Take_over option not working - logs being reharvested after filebeat restart

I followed the migration guide to migrate my log inputs to filestream inputs, including adding a unique id and setting the "take_over" option to true. However, upon restarting the filebeat service, all of the logs are reharvested, resulting in a huge spike of millions of messages that brings my Graylog server to its knees.

I'd like to switch to filestreams since log inputs are deprecated and slated for removal, but if I can't migrate smoothly, I will not be able to roll it out to my production servers where the spike in reharvested logs would be 100x bigger.

Hi @ian.springer-sf Welcome to the community.

What version of the Stack and Beats?

Can you share your filebeat config?

Question are you running this in the same instance that already loaded the data from the logs input.... just checking

This method relies on reusing the registry data that tracks progress... if you just run this in a new filebeat instance it will try to load all the logs / files

Hi Stephen,

Thanks!

I'm running filebeat 7.17.0. I was running 7.14.0 prior to the restart where I switched from log inputs to filestream inputs, in case that makes a difference.

Here's my filebeat.yml:

filebeat.modules: []
filebeat.inputs: []
logging.level: info
logging.to_files: true
logging.files:
  name: filebeat
  path: "/var/log/filebeat"
output.logstash:
  hosts:
  - t4log:5044
  ssl.enabled: true
  ssl.certificate: "/root/.client-certs/client-graylog.crt"
  ssl.key: "/root/.client-certs/client-graylog-key.pem"
  ssl.certificate_authorities:
  - "/root/.server-certs/server-graylog-ca-chain.crt"
  ssl.verification_mode: certificate
processors:
- copy_fields:
    fields:
    - from: agent.name
      to: agent.hostname
    fail_on_error: false
    ignore_missing: true
filebeat.registry.path: "/var/lib/filebeat/registry"
filebeat.config.inputs:
  enabled: true
  path: "/etc/filebeat/conf.d/*.yml"

And here's an example of one of my input configs (/etc/filebeat/conf.d/lwrp-prospector-integrator.yml) before:

- paths:
  - "/data/application-logs/integrator/integrator.log"
  exclude_lines: []
  tags:
  - integrator_main
  exclude_files: []
  tail_files: false
  ignore_older: 168h
  multiline.type: pattern
  multiline.pattern: "^([A-Z ]{5} \\d{4}-\\d{2}-\\d{2} \\d{2}:\\d{2}:\\d{2},\\d{3}|\\[Stage )"
  multiline.negate: true
  multiline.match: after

and after:

- type: filestream
  id: integrator
  take_over: true
  paths:
  - "/data/application-logs/integrator/integrator.log"
  exclude_lines: []
  tags:
  - integrator_main
  ignore_older: 168h
  prospector.scanner.exclude_files: []
  close.on_state_change.inactive: 96h
  close.on_state_change.removed: true
  parsers:
  - multiline:
      type: pattern
      pattern: "^([A-Z ]{5} \\d{4}-\\d{2}-\\d{2} \\d{2}:\\d{2}:\\d{2},\\d{3}|\\[Stage )"
      negate: true
      match: after

Yes, I'm running it in the same instance that was previously using log inputs. I updated the input configs, updated the filebeat binaries from 7.14.0 to 7.17.0, and restarted the filebeat service. I then saw the flood of duplicate log messages in Graylog.

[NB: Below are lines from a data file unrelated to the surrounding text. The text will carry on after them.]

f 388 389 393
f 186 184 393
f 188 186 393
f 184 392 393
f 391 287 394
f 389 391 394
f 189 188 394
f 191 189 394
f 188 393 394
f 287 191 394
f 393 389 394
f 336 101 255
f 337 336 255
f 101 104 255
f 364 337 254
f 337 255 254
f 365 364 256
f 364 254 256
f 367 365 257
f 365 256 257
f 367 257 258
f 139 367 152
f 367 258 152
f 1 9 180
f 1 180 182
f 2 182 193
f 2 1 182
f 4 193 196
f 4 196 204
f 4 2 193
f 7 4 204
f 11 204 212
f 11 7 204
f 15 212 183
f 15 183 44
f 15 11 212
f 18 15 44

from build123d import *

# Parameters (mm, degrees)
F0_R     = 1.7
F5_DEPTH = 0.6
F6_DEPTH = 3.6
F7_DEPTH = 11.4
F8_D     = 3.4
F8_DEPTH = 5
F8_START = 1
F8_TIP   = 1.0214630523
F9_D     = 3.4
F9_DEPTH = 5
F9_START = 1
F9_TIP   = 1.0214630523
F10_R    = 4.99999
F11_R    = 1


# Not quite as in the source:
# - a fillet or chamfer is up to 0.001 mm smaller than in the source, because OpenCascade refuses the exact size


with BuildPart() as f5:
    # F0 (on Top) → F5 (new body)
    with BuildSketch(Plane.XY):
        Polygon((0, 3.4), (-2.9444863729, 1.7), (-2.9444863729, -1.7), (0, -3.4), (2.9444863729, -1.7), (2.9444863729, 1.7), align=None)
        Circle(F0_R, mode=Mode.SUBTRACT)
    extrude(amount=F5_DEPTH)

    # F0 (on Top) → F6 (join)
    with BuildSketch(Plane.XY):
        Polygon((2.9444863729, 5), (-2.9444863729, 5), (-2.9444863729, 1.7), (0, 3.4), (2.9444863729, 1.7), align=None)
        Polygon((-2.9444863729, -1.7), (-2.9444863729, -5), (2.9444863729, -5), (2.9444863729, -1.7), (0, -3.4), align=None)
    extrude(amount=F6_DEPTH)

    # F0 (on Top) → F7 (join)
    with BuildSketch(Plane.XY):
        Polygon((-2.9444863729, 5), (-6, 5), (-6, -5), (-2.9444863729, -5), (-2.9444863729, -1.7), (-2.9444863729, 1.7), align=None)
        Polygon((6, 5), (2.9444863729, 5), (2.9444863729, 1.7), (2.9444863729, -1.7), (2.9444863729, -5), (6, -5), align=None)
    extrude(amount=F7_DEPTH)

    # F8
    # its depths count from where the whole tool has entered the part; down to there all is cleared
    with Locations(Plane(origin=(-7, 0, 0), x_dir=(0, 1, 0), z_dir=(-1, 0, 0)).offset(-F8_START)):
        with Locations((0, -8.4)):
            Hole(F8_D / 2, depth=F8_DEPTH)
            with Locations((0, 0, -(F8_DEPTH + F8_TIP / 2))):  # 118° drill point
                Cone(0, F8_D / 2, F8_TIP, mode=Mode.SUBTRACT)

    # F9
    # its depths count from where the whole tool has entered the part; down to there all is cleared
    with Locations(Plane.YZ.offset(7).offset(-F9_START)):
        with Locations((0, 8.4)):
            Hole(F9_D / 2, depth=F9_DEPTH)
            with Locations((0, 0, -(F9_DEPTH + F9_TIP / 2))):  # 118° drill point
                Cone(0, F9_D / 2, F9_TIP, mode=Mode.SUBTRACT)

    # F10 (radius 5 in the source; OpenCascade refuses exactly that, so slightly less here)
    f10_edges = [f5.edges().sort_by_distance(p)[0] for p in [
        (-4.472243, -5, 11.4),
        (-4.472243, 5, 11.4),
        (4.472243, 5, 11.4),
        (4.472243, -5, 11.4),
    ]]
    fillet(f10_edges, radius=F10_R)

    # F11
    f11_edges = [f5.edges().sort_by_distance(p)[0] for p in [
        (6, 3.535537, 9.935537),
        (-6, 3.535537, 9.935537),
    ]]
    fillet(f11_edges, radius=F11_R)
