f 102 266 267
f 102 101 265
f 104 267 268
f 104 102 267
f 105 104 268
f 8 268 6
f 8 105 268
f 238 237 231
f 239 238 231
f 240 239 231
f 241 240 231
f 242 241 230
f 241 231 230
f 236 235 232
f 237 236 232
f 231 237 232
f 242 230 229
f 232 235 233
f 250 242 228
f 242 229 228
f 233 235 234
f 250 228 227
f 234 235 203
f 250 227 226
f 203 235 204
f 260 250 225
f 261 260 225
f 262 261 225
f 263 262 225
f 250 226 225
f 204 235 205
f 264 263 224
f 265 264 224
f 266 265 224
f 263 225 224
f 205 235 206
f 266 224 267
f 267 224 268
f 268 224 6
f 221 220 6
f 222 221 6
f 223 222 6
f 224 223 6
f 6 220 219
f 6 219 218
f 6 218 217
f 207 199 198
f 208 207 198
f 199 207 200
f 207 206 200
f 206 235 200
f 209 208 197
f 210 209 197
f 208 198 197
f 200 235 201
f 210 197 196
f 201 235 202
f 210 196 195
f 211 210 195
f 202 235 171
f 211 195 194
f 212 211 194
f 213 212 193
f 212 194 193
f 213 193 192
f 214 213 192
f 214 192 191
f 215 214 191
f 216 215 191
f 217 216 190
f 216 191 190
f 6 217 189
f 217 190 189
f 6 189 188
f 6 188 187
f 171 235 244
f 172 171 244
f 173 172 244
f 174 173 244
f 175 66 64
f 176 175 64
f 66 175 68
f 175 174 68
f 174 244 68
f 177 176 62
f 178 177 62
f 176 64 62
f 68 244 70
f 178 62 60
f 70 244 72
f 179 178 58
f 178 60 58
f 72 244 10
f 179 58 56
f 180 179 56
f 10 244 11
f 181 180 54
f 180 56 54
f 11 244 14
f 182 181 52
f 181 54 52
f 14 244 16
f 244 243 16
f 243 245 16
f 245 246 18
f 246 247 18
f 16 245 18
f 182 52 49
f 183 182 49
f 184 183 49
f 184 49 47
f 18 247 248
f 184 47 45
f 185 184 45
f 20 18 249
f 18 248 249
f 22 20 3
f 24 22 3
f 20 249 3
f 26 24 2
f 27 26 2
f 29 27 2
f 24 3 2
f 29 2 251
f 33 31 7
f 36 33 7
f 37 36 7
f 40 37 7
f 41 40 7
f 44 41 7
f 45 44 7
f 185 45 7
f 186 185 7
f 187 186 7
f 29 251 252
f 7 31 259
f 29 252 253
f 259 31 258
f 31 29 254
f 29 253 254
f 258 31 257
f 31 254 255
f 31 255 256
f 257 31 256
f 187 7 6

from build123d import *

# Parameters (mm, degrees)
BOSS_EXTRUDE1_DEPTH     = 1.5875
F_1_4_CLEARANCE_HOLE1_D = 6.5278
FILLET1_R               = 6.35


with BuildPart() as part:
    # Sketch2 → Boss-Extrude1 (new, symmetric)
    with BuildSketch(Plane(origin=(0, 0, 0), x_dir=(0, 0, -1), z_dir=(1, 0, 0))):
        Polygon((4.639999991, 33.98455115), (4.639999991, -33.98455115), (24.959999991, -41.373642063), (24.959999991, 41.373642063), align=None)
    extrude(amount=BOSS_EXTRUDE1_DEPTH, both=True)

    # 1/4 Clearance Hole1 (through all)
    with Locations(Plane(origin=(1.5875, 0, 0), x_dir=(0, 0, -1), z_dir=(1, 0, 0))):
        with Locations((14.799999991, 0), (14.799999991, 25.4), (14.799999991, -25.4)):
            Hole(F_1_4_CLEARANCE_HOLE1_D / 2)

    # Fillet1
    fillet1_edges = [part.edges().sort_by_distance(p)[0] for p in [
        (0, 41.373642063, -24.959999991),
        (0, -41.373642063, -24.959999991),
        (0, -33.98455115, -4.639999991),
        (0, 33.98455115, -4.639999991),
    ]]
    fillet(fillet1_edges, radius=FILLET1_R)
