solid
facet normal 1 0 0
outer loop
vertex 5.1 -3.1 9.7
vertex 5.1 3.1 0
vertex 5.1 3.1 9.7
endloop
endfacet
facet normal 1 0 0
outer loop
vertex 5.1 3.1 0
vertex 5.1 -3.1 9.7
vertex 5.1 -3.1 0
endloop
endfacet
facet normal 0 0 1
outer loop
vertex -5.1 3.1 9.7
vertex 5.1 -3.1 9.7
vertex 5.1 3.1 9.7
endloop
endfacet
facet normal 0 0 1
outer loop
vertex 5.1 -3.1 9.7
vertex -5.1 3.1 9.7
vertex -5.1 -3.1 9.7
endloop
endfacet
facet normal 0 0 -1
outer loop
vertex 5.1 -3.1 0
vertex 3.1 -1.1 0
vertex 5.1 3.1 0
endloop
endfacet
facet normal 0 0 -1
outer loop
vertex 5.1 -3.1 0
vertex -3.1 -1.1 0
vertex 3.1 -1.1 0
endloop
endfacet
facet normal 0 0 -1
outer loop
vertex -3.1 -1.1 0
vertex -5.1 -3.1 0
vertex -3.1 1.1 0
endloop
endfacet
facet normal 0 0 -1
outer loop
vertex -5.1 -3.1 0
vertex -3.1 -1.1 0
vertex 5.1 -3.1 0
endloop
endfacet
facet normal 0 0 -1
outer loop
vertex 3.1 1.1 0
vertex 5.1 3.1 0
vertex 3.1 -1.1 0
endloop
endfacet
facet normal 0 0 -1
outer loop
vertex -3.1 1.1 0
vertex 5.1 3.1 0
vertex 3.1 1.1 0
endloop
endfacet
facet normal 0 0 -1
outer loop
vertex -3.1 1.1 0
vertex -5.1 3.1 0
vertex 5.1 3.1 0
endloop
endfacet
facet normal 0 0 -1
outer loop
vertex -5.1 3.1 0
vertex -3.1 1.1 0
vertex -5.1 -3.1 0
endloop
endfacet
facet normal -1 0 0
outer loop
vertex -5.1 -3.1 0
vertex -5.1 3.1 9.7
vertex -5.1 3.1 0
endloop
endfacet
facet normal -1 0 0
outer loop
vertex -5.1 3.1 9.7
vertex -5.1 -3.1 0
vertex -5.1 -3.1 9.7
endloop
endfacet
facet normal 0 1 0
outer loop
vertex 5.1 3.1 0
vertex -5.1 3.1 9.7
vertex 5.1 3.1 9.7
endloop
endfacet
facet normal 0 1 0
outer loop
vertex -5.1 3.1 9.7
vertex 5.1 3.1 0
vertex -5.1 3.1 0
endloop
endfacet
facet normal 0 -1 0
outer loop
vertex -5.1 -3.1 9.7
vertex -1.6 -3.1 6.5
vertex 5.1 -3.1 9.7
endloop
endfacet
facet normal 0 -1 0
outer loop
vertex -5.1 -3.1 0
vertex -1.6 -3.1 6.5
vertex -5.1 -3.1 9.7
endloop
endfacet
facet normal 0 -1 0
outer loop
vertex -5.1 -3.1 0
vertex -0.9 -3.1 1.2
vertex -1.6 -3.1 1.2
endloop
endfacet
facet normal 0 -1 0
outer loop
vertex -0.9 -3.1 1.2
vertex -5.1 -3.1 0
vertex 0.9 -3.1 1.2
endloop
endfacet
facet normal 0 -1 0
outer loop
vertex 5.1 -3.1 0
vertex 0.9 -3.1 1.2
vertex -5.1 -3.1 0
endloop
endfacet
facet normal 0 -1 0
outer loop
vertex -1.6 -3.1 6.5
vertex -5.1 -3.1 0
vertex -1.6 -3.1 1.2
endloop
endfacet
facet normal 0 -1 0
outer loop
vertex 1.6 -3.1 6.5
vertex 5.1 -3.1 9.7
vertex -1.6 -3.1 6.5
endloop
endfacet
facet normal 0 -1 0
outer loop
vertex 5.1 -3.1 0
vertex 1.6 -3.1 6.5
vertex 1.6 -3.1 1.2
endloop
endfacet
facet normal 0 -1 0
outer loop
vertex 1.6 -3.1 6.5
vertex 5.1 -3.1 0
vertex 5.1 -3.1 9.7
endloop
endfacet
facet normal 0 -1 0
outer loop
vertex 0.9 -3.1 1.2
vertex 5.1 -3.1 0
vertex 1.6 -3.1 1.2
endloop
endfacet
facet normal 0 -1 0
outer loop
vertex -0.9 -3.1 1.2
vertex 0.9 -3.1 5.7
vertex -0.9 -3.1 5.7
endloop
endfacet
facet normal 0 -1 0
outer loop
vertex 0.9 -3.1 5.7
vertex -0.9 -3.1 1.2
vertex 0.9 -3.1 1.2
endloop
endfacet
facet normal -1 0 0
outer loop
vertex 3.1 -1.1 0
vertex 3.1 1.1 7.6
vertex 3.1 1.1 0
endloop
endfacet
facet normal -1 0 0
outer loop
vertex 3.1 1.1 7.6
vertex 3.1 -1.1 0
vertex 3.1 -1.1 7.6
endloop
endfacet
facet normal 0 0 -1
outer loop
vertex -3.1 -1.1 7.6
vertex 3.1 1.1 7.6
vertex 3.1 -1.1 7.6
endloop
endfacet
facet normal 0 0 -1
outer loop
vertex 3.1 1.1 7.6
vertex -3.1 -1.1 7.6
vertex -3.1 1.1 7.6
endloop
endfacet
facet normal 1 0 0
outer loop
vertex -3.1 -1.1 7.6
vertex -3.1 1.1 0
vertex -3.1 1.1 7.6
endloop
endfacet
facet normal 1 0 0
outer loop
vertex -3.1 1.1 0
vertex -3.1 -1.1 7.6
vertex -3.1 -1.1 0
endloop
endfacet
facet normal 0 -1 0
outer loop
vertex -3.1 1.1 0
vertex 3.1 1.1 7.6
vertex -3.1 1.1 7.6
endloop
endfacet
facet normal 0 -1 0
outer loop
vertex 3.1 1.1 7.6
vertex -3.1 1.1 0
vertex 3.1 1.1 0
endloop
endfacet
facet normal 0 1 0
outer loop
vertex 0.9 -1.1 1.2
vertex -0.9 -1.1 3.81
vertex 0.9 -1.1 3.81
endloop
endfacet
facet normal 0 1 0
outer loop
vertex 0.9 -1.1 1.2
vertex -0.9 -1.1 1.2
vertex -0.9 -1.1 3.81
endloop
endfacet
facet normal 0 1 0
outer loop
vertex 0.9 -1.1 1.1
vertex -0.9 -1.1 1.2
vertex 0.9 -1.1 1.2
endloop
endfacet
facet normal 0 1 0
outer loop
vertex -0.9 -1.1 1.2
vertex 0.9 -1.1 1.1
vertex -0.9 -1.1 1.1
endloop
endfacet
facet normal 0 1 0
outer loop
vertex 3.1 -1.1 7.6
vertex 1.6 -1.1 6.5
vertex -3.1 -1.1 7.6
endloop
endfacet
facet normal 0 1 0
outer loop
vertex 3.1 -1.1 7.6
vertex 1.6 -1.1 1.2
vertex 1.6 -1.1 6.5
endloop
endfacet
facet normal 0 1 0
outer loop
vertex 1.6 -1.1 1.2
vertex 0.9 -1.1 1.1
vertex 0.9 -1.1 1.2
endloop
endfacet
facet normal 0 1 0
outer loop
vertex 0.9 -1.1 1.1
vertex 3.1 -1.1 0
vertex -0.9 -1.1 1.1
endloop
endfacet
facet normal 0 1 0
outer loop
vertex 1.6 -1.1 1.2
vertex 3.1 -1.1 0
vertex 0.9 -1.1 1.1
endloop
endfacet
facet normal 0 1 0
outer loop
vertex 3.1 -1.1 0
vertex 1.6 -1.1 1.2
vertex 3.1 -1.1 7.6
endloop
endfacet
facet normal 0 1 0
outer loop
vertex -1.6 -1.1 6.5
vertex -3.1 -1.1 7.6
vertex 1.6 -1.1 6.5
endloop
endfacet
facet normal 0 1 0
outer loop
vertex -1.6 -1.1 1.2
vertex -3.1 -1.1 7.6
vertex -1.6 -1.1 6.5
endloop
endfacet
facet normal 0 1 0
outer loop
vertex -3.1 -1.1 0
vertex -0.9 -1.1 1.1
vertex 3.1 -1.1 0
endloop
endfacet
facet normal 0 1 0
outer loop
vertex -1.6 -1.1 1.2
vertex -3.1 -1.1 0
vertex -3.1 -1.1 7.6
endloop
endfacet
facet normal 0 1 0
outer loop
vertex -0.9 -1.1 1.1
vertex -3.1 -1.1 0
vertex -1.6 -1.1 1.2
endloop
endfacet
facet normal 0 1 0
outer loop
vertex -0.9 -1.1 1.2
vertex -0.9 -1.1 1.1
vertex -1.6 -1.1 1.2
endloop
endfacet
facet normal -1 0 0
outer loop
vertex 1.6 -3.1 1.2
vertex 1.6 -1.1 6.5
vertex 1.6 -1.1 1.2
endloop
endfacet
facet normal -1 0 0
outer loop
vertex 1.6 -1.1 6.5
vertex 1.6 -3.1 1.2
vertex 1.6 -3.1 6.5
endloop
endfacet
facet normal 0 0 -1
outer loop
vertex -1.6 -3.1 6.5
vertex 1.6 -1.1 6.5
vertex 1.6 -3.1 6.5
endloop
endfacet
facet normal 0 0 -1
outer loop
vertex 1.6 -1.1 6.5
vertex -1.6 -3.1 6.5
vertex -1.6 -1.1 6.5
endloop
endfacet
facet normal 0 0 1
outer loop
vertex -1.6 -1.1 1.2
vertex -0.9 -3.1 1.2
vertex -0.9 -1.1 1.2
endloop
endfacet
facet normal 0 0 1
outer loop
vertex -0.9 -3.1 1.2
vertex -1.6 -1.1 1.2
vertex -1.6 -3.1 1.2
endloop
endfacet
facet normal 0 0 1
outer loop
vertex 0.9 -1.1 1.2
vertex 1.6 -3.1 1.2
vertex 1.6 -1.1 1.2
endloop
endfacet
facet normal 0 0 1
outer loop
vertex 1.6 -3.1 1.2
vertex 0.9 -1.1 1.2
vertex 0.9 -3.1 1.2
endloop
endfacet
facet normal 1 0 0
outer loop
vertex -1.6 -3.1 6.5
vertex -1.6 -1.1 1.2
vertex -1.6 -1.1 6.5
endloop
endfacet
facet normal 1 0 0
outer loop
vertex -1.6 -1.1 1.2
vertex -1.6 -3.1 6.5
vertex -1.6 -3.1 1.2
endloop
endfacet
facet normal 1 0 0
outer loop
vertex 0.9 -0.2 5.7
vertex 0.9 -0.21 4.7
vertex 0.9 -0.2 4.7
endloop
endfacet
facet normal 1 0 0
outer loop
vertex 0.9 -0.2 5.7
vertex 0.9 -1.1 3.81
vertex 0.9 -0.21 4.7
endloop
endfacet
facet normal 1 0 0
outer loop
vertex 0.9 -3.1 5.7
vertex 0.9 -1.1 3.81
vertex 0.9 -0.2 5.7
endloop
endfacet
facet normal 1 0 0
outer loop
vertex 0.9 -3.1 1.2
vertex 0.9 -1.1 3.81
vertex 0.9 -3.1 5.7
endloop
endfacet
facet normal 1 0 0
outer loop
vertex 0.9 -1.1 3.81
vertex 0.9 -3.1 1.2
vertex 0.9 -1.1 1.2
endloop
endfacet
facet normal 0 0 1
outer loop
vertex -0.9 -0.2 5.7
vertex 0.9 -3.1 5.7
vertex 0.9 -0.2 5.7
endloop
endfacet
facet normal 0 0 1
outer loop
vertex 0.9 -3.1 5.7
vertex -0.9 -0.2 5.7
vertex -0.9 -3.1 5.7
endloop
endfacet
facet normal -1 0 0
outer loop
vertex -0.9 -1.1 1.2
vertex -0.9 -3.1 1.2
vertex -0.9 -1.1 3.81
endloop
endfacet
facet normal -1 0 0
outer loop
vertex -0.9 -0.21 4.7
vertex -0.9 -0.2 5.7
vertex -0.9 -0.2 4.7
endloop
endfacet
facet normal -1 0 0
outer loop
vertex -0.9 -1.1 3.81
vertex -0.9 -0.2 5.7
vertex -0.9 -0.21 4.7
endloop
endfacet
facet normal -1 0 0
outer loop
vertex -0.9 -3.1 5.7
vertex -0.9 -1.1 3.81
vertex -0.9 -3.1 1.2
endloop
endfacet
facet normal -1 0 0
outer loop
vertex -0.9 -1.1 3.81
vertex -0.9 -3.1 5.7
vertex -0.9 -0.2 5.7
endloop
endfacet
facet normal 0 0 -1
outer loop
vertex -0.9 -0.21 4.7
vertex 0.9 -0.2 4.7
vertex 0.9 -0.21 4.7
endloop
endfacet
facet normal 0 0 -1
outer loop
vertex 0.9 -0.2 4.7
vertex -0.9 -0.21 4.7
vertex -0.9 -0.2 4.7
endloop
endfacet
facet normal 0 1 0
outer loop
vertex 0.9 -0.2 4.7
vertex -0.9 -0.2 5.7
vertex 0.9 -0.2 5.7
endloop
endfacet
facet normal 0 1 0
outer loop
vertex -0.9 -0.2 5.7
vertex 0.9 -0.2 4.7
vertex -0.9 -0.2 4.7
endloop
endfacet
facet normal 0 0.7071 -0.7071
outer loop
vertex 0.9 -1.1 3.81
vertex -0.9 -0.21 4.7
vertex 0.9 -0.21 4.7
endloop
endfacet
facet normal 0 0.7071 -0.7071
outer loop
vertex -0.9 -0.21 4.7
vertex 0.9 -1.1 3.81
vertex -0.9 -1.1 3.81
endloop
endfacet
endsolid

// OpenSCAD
/*
    This file is part of the DodoHand project. This project aims to create 
    an open implementation of the DataHand keyboard, capable of being created
    with commercial 3D printing services.

    Copyright (C) 2014 Scott Fohey

    This program is free software: you can redistribute it and/or modify
    it under the terms of the GNU General Public License as published by
    the Free Software Foundation, either version 3 of the License, or
    (at your option) any later version.

    This program is distributed in the hope that it will be useful,
    but WITHOUT ANY WARRANTY; without even the implied warranty of
    MERCHANTABILITY or FITNESS FOR A PARTICULAR PURPOSE.  See the
    GNU General Public License for more details.

    You should have received a copy of the GNU General Public License
    along with this program.  If not, see <http://www.gnu.org/licenses/>.
*/

use <trp.scad>;
use <carrier.scad>;
use <LiteOn_P_100_E302.scad>;
use <tf.scad>;

include <dimensions.scad>;

keycapbase(0, 0, 0);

Ahhhh ... think I got it...

take_over is an brand new 8.7 Feature... (not even in 8.6)

You are using 7.17 and so it is not as clean and I think you are looking at the 8.7 docs... but you need to be looking at the 7.17 docs

From here

Step 2: Exclude all processed files

Filebeat does not provide access to the state information of different inputs. Hence, the filestream input cannot access the state information of a log input in the Filebeat registry. You must exclude the files the log input has processed or is processing. If you do not exclude those files, you will end up with duplicate events in the output.

Do you truly only have a single log file?

Ah, damn - nice catch!

I noticed in the upgrade docs that it's recommended to upgrade to 7.17 first before upgrading to 8.x. Considering that, it sounds like I will have to do the following:

  1. switch back to log inputs
  2. upgrade to 7.17.0
  3. upgrade to 8.7.0
  4. migrate to filestream inputs using take_over option

Does that look correct to you?

We do rotate some of our log files, but not all. And even for the ones we rotate, we let them grow pretty large before rotating, so we would want a smooth transition that avoids sending lots of duplicate messages.

Looks pretty good....

Maybe pre / short post.... smaller files for rotation... then once everything is running well go back to big files. ...

This topic was automatically closed 28 days after the last reply. New replies are no longer allowed.